It's your choice, really. Some people say you have a chance of getting your visa processed more quickly if you get it done in advance. But if you choose to do that and they do take longer than 12 months to process your visa (current average is 13ish months) they might request that you get it done again. It's a gamble.


----------



## EestiAus (May 8, 2014)

So how did you go? Have you applied yet? Goodluck anyhow


----------



## alikaup (Jan 24, 2013)

EestiAus said:


> So how did you go? Have you applied yet? Goodluck anyhow


Work in progress, should be ready with all my paperwork within next few weeks.


----------



## alikaup (Jan 24, 2013)

After checking the requirements for sponsor i have 3 questions and hopefully someone can answer them . First of all, my partners passport is expired, will certfied birth certificate do as evidence that she's Australian citizen (or they need passport on top of that?) Also, what evidence people have provided regards that the sponsor usually resides in Autralia? 3rd question is bit tricky as my partner is stay home mum for last 3 years, so she won't be able to show her employment for last 2 years, i assume statement from her about the case will be needed?

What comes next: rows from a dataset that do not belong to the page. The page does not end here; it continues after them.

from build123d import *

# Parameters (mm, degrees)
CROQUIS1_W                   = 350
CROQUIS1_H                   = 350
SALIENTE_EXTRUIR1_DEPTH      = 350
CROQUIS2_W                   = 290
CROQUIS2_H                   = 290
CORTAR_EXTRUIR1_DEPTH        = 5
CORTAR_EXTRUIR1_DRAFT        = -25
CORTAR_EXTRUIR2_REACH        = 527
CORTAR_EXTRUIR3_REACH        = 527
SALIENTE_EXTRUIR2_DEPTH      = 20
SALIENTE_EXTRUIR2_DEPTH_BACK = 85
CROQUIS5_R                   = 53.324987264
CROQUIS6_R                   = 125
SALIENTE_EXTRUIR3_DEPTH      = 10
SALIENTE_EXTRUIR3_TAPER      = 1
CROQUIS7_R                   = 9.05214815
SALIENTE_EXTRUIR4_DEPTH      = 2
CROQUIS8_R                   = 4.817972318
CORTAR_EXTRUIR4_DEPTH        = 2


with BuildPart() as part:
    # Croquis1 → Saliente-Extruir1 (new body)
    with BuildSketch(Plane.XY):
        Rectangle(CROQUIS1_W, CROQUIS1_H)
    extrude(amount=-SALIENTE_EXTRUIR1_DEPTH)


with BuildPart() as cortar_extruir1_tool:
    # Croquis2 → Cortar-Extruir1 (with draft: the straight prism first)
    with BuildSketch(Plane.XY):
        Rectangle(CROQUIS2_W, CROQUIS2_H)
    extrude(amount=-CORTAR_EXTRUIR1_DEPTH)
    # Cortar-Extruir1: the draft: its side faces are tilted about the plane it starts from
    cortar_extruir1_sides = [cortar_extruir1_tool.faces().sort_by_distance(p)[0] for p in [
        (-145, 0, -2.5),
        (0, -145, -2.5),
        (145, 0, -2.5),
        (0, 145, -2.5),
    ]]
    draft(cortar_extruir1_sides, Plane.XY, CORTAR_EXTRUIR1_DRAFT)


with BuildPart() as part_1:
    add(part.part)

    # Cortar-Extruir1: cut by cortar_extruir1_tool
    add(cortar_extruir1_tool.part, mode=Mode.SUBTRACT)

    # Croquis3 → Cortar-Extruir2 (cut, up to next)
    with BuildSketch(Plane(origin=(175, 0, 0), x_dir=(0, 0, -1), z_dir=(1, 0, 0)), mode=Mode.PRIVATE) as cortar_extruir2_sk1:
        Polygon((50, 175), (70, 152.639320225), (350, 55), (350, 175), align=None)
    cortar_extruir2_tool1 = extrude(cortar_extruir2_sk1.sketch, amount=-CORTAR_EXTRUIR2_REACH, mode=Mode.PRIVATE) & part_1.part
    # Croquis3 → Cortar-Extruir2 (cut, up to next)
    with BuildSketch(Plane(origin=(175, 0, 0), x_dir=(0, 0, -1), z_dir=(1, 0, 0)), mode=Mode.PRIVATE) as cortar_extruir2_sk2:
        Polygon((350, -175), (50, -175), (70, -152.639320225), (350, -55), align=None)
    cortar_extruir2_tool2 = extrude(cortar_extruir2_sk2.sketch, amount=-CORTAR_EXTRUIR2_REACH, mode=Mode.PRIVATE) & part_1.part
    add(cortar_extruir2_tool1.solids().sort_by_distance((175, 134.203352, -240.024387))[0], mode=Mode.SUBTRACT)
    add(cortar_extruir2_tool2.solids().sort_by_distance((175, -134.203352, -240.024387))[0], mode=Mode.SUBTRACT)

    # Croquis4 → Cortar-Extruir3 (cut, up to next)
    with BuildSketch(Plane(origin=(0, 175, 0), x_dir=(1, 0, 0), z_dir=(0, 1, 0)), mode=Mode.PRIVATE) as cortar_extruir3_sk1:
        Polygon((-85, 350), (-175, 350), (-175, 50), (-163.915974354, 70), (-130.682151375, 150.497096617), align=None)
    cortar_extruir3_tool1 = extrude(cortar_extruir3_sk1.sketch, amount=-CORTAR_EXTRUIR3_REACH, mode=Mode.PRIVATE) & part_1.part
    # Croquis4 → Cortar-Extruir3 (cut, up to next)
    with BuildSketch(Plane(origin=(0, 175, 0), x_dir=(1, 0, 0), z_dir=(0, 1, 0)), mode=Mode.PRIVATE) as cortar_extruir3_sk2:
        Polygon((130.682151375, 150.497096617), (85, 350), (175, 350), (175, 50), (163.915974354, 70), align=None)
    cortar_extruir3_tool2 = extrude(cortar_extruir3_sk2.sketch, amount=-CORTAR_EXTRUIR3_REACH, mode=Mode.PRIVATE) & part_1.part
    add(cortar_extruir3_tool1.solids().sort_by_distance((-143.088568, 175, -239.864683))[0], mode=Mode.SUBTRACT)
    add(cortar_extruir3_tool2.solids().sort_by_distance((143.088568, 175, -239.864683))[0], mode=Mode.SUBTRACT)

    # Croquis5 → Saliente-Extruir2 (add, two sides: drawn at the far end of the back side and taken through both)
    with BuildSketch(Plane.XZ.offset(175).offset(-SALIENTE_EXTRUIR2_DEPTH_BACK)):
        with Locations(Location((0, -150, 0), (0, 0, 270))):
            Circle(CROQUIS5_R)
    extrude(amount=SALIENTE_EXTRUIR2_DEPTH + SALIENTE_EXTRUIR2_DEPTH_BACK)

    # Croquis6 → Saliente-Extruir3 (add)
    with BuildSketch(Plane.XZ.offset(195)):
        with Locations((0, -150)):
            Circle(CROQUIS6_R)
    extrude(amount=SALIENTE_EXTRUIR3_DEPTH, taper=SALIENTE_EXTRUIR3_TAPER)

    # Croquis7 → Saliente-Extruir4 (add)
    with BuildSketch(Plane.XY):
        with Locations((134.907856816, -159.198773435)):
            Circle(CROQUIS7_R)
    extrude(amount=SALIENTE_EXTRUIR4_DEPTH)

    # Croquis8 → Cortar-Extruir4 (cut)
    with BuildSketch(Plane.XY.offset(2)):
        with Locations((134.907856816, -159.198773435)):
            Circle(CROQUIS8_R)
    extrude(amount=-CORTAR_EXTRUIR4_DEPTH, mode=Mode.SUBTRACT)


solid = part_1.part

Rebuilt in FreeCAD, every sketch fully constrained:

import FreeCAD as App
import Part
import Sketcher

V = App.Vector
Q = App.Units.Quantity


def faces_at(feature, points):
    """Names of the faces that lie closest to the given points."""
    faces = feature.Shape.Faces
    near = lambda p: min(range(len(faces)), key=lambda i: faces[i].distToShape(Part.Vertex(*p))[0])
    return sorted({f"Face{near(p) + 1}" for p in points})


def add_polygon(sketch, points):
    """Adds a closed chain of lines whose ends are joined by coincident constraints."""
    first, n = sketch.GeometryCount, len(points)
    for a, b in zip(points, points[1:] + points[:1]):
        sketch.addGeometry(Part.LineSegment(App.Vector(*a, 0), App.Vector(*b, 0)), False)
    for i in range(n):
        sketch.addConstraint(Sketcher.Constraint("Coincident", first + i, 2, first + (i + 1) % n, 1))

doc = App.newDocument("Part")
body = doc.addObject("PartDesign::Body", "Body")

# Sketch on XY plane
sketch1 = doc.addObject("Sketcher::SketchObject", "Sketch")
body.addObject(sketch1)
sketch1.AttachmentSupport = (doc.XY_Plane, [""])
sketch1.MapMode = "FlatFace"
add_polygon(sketch1, [(-175, 175), (-175, -175), (175, -175), (175, 175)])  # lines 0-3
sketch1.addConstraint(Sketcher.Constraint("Vertical", 0))
sketch1.addConstraint(Sketcher.Constraint("Horizontal", 1))
sketch1.addConstraint(Sketcher.Constraint("Vertical", 2))
sketch1.addConstraint(Sketcher.Constraint("Horizontal", 3))
sketch1.addConstraint(Sketcher.Constraint("Symmetric", 0, 2, 2, 2, -1, 1))
sketch1.addConstraint(Sketcher.Constraint("Equal", 3, 0))
sketch1.addConstraint(Sketcher.Constraint("DistanceX", 1, 1, 1, 2, Q("350 mm")))
pad1 = doc.addObject("PartDesign::Pad", "Pad")
body.addObject(pad1)
pad1.Profile = sketch1
pad1.Length = 350
pad1.Reversed = True
body2 = doc.addObject("PartDesign::Body", "Body001")

# Sketch on XY plane
sketch2 = doc.addObject("Sketcher::SketchObject", "Sketch001")
body2.addObject(sketch2)
sketch2.AttachmentSupport = (doc.getObject("XY_Plane001"), [""])
sketch2.MapMode = "FlatFace"
add_polygon(sketch2, [(-145, 145), (-145, -145), (145, -145), (145, 145)])  # lines 0-3
sketch2.addConstraint(Sketcher.Constraint("Vertical", 0))
sketch2.addConstraint(Sketcher.Constraint("Horizontal", 1))
sketch2.addConstraint(Sketcher.Constraint("Vertical", 2))
sketch2.addConstraint(Sketcher.Constraint("Horizontal", 3))
sketch2.addConstraint(Sketcher.Constraint("Symmetric", 0, 2, 2, 2, -1, 1))
sketch2.addConstraint(Sketcher.Constraint("Equal", 3, 0))
sketch2.addConstraint(Sketcher.Constraint("DistanceX", 1, 1, 1, 2, Q("290 mm")))
pad2 = doc.addObject("PartDesign::Pad", "Pad001")
body2.addObject(pad2)
pad2.Profile = sketch2
pad2.Length = 5
pad2.Reversed = True
doc.recompute()

draft = doc.addObject("PartDesign::Draft", "Draft")
body2.addObject(draft)
draft.Base = (pad2, faces_at(pad2, [
    (-145, 0, -2.5),
    (0, -145, -2.5),
    (145, 0, -2.5),
    (0, 145, -2.5),
]))
draft.NeutralPlane = (doc.getObject("XY_Plane001"), [""])
draft.Angle = 25
draft.Reversed = True
doc.recompute()

boolean = doc.addObject("PartDesign::Boolean", "Boolean")
body.addObject(boolean)
boolean.Type = "Cut"
boolean.addObjects([body2])

# Sketch on YZ plane
sketch3 = doc.addObject("Sketcher::SketchObject", "Sketch002")
body.addObject(sketch3)
sketch3.AttachmentSupport = (doc.YZ_Plane, [""])
sketch3.MapMode = "FlatFace"
sketch3.AttachmentOffset = App.Placement(V(0, 0, 175), App.Rotation())
add_polygon(sketch3, [(175, -50), (152.63932, -70), (55, -350), (175, -350)])  # lines 0-3
sketch3.addConstraint(Sketcher.Constraint("Horizontal", 2))
sketch3.addConstraint(Sketcher.Constraint("Vertical", 3))
sketch3.addConstraint(Sketcher.Constraint("DistanceX", 2, 1, 2, 2, Q("120 mm")))
sketch3.addConstraint(Sketcher.Constraint("DistanceY", 3, 1, 3, 2, Q("300 mm")))
sketch3.addConstraint(Sketcher.Constraint("Distance", 0, Q("30 mm")))
sketch3.addConstraint(Sketcher.Constraint("DistanceY", 0, 2, -1, 1, Q("70 mm")))
sketch3.addConstraint(Sketcher.Constraint("DistanceX", -1, 1, 1, 2, Q("55 mm")))
sketch3.addConstraint(Sketcher.Constraint("DistanceY", 1, 2, -1, 1, Q("350 mm")))
pocket1 = doc.addObject("PartDesign::Pocket", "Pocket")
body.addObject(pocket1)
pocket1.Profile = sketch3
pocket1.Type = "UpToFirst"

# Sketch on YZ plane
sketch4 = doc.addObject("Sketcher::SketchObject", "Sketch003")
body.addObject(sketch4)
sketch4.AttachmentSupport = (doc.YZ_Plane, [""])
sketch4.MapMode = "FlatFace"
sketch4.AttachmentOffset = App.Placement(V(0, 0, 175), App.Rotation())
add_polygon(sketch4, [(-175, -50), (-175, -350), (-55, -350), (-152.63932, -70)])  # lines 0-3
sketch4.addConstraint(Sketcher.Constraint("Vertical", 0))
sketch4.addConstraint(Sketcher.Constraint("Horizontal", 1))
sketch4.addConstraint(Sketcher.Constraint("DistanceX", 1, 1, 1, 2, Q("120 mm")))
sketch4.addConstraint(Sketcher.Constraint("DistanceY", 0, 2, 0, 1, Q("300 mm")))
sketch4.addConstraint(Sketcher.Constraint("Distance", 3, Q("30 mm")))
sketch4.addConstraint(Sketcher.Constraint("DistanceX", 0, 2, -1, 1, Q("175 mm")))
sketch4.addConstraint(Sketcher.Constraint("DistanceY", 0, 2, -1, 1, Q("350 mm")))
sketch4.addConstraint(Sketcher.Constraint("DistanceY", 2, 2, -1, 1, Q("70 mm")))
pocket2 = doc.addObject("PartDesign::Pocket", "Pocket001")
body.addObject(pocket2)
pocket2.Profile = sketch4
pocket2.Type = "UpToFirst"

# Sketch on XZ plane
sketch5 = doc.addObject("Sketcher::SketchObject", "Sketch004")
body.addObject(sketch5)
sketch5.AttachmentSupport = (doc.XZ_Plane, [""])
sketch5.MapMode = "FlatFace"
sketch5.AttachmentOffset = App.Placement(V(0, 0, -175), App.Rotation())
add_polygon(sketch5, [(-85, -350), (-175, -350), (-175, -50), (-163.915974, -70), (-130.682151, -150.497097)])  # lines 0-4
sketch5.addConstraint(Sketcher.Constraint("Horizontal", 0))
sketch5.addConstraint(Sketcher.Constraint("Vertical", 1))
sketch5.addConstraint(Sketcher.Constraint("DistanceX", 0, 2, 0, 1, Q("90 mm")))
sketch5.addConstraint(Sketcher.Constraint("DistanceY", 1, 1, 1, 2, Q("300 mm")))
sketch5.addConstraint(Sketcher.Constraint("DistanceX", 0, 2, -1, 1, Q("175 mm")))
sketch5.addConstraint(Sketcher.Constraint("DistanceY", 0, 2, -1, 1, Q("350 mm")))
sketch5.addConstraint(Sketcher.Constraint("DistanceY", 2, 2, -1, 1, Q("70 mm")))
sketch5.addConstraint(Sketcher.Constraint("Distance", 3, Q("87.087712 mm")))
sketch5.addConstraint(Sketcher.Constraint("DistanceX", 3, 2, -1, 1, Q("130.682151 mm")))
sketch5.addConstraint(Sketcher.Constraint("Distance", 2, Q("22.866036 mm")))
pocket3 = doc.addObject("PartDesign::Pocket", "Pocket002")
body.addObject(pocket3)
pocket3.Profile = sketch5
pocket3.Length = 350
pocket3.Reversed = True

# Sketch on XZ plane
sketch6 = doc.addObject("Sketcher::SketchObject", "Sketch005")
body.addObject(sketch6)
sketch6.AttachmentSupport = (doc.XZ_Plane, [""])
sketch6.MapMode = "FlatFace"
sketch6.AttachmentOffset = App.Placement(V(0, 0, -175), App.Rotation())
add_polygon(sketch6, [(85, -350), (130.682151, -150.497097), (163.915974, -70), (175, -50), (175, -350)])  # lines 0-4
sketch6.addConstraint(Sketcher.Constraint("Vertical", 3))
sketch6.addConstraint(Sketcher.Constraint("Horizontal", 4))
sketch6.addConstraint(Sketcher.Constraint("DistanceX", 4, 2, 4, 1, Q("90 mm")))
sketch6.addConstraint(Sketcher.Constraint("DistanceY", 3, 2, 3, 1, Q("300 mm")))
sketch6.addConstraint(Sketcher.Constraint("DistanceY", 1, 2, -1, 1, Q("70 mm")))
sketch6.addConstraint(Sketcher.Constraint("DistanceX", -1, 1, 2, 2, Q("175 mm")))
sketch6.addConstraint(Sketcher.Constraint("DistanceY", 2, 2, -1, 1, Q("50 mm")))
sketch6.addConstraint(Sketcher.Constraint("Distance", 1, Q("87.087712 mm")))
sketch6.addConstraint(Sketcher.Constraint("DistanceX", -1, 1, 0, 2, Q("130.682151 mm")))
sketch6.addConstraint(Sketcher.Constraint("Distance", 0, Q("204.666234 mm")))
pocket4 = doc.addObject("PartDesign::Pocket", "Pocket003")
body.addObject(pocket4)
pocket4.Profile = sketch6
pocket4.Length = 350
pocket4.Reversed = True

She gets some centerlink family tax benefit payments, so might include them as a evidence?! THank you in advance


----------



## alikaup (Jan 24, 2013)

Update - i did submit my applicaton on the 24th of June 2014, over a few days have been submitting the sponsor application and all the evidence. Still have some to upload, but the main part has been done. Hopefully i'll qualify straight to PR and the decision won't take too long to come


----------